Which cell type suits your roof depends on the area available, the load profile, the temperature behaviour you are designing for and the funding route. We choose it from the survey and the model, name the specific module, its scheme, grade and quarter, and re-verify that status for the exact module before contract.

06

How are the tilt angle and row spacing set for bifacial on a flat roof?

On a flat roof you choose the tilt and the inter-row pitch, which is not true on a fixed pitched roof, and both choices change the rear-gain. The angle that maximises front-face yield in the UK sits broadly in the south-facing band, but a steeper tilt lifts the rear face higher off the membrane and lets more reflected light reach it, while a shallower tilt packs more capacity onto the roof and reduces self-shading. There is no universal best angle, because the optimum trades front yield, rear-gain, ballast weight and panel count against each other for your specific roof.

Row spacing is the second lever and it pulls in two directions at once. Wider rows cut the inter-row shading that starves both faces in winter, when the sun is low, and they let more reflected light onto the back of the panel behind. Tighter rows fit more kilowatts on the same membrane. The pitch that suits your roof comes out of the PV*SOL yield model in our feasibility study, run against your latitude, your shading and your capacity target, and it feeds directly into how much roof space the array needs. We model the tilt and pitch together rather than apply a default, because on a bifacial flat-roof array the two are not separable from the rear-gain they produce.

07

Does bifacial mounting add ballast weight, and how is that checked?

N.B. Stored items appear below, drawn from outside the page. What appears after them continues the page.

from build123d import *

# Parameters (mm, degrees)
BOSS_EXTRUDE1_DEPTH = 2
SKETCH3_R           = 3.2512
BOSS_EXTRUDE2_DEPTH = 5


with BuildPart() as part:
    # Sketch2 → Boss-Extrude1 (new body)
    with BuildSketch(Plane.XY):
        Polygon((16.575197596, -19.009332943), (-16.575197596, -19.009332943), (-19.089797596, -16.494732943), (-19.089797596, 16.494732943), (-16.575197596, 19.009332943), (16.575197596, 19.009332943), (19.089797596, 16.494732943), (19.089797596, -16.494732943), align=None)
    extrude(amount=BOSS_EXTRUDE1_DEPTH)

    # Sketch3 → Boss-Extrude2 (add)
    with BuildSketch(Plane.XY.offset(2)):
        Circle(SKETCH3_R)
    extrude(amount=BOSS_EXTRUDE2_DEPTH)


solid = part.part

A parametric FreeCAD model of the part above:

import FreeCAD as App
import Part
import Sketcher

V = App.Vector


def add_polygon(sketch, points):
    """Adds a closed chain of lines whose ends are joined by coincident constraints."""
    first, n = sketch.GeometryCount, len(points)
    for a, b in zip(points, points[1:] + points[:1]):
        sketch.addGeometry(Part.LineSegment(App.Vector(*a, 0), App.Vector(*b, 0)), False)
    for i in range(n):
        sketch.addConstraint(Sketcher.Constraint("Coincident", first + i, 2, first + (i + 1) % n, 1))

doc = App.newDocument("Part")
params = doc.addObject("Spreadsheet::Sheet", "Params")
for row, (alias, value) in enumerate([
    ("pad1_length", "2 mm"),
    ("pad2_length", "5 mm"),
], start=1):
    params.set(f"A{row}", alias)
    params.set(f"B{row}", "=" + value)
    params.setAlias(f"B{row}", alias)

body = doc.addObject("PartDesign::Body", "Body")

# Sketch on XY plane
sketch1 = body.newObject("Sketcher::SketchObject", "Sketch")
sketch1.AttachmentSupport = (doc.getObject("XY_Plane"), [""])
sketch1.MapMode = "FlatFace"
add_polygon(sketch1, [(-16.575198, -19.009333), (16.575198, -19.009333), (19.089798, -16.494733), (19.089798, 16.494733), (16.575198, 19.009333), (-16.575198, 19.009333), (-19.089798, 16.494733), (-19.089798, -16.494733)])  # lines 0-7
sketch1.addConstraint([
    Sketcher.Constraint("Horizontal", 0),
    Sketcher.Constraint("Vertical", 2),
    Sketcher.Constraint("Horizontal", 4),
    Sketcher.Constraint("Vertical", 6),
    Sketcher.Constraint("Symmetric", 0, 2, 4, 2, -1, 1),
    Sketcher.Constraint("Symmetric", 1, 2, 5, 2, -1, 1),
    Sketcher.Constraint("Perpendicular", 1, 3),
    Sketcher.Constraint("Perpendicular", 5, 7),
    Sketcher.Constraint("Horizontal", 2, 2, 5, 2),
    Sketcher.Constraint("Horizontal", 1, 2, 6, 2),
    Sketcher.Constraint("Vertical", 0, 2, 3, 2),
    Sketcher.Constraint("DistanceX", 0, 2, 1, 2, 2.5146),
    Sketcher.Constraint("DistanceX", 0, 1, 0, 2, 33.150395),
    Sketcher.Constraint("DistanceY", 2, 1, 2, 2, 32.989466),
])
pad1 = body.newObject("PartDesign::Pad", "Pad")
pad1.Profile = sketch1
pad1.setExpression("Length", "Params.pad1_length")

# Sketch on XY plane
sketch2 = body.newObject("Sketcher::SketchObject", "Sketch001")
sketch2.AttachmentSupport = (doc.getObject("XY_Plane"), [""])
sketch2.MapMode = "FlatFace"
sketch2.AttachmentOffset = App.Placement(V(0, 0, 2), App.Rotation())
sketch2.addGeometry(Part.Circle(V(0, 0, 0), V(0, 0, 1), 3.2512), False)
sketch2.addConstraint([
    Sketcher.Constraint("Coincident", 0, 3, -1, 1),
    Sketcher.Constraint("Diameter", 0, 6.5024),
])
pad2 = body.newObject("PartDesign::Pad", "Pad001")
pad2.Profile = sketch2
pad2.setExpression("Length", "Params.pad2_length")

doc.recompute()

It can, and the weight is the binding constraint on most flat-roof bifacial designs. A raised, tilted module presents more surface to the wind, so the ballast needed to hold it down against uplift is a genuine dead load the roof has to carry, and a steeper tilt or a more exposed roof edge needs more of it. That load is not assumed. It is calculated from the wind exposure for your site under the relevant Eurocode wind loading standard, BS EN 1991-1-4, with the elevated array and its turbulence taken into account, then set against what the structure can take.

The verdict on whether the roof can carry it comes from a structural roof survey by a chartered engineer, who checks the existing dead and imposed loads against the array and ballast and confirms the load paths down to the supporting steel. Where the survey shows headroom is tight, the design is adjusted, by lowering the tilt to cut wind load, redistributing ballast toward stronger bays, or trimming the array, rather than forced onto a roof that cannot take it. Because a commercial array above 50 kWp sits outside MCS, this structural verification and the CDM 2015 duties that sit over the works are the assurance, set out in our CDM 2015 guide.

08

How do soiling, cleaning and degradation affect a bifacial flat-roof array?

Bifacial changes what soiling costs you, because dirt on the surface beneath the array matters as well as dirt on the glass. Rear-gain depends on light reflecting off a clean, bright membrane, so a membrane that greens over with algae, collects dust or pools standing water loses reflectance and the rear-gain falls with it. The front-face soiling question is the same as for any module, but the reflective surface is an extra thing to keep clean, and a low-tilt flat-roof array sheds rain less freely than a steep pitch, so soiling can build up. Our cleaning and bird-proofing guide covers how that is managed, and bird fouling under a raised flat-roof array is a specific risk worth designing out.

On durability, most bifacial modules are dual-glass rather than glass-and-backsheet, which removes the polymer backsheet as a weathering and fire-spread path and tends to carry a lower stated annual degradation rate on the manufacturer datasheet. That is a datasheet figure to verify against the specific module, not a promise. Dual-glass is also heavier, which feeds straight back into the ballast and structural check above. The product and performance warranty terms, the degradation curve and the bankability of the manufacturer are confirmed for the exact module before contract, and the ongoing checks sit within commercial solar maintenance.

09

How does the rear-gain figure feed the financial model?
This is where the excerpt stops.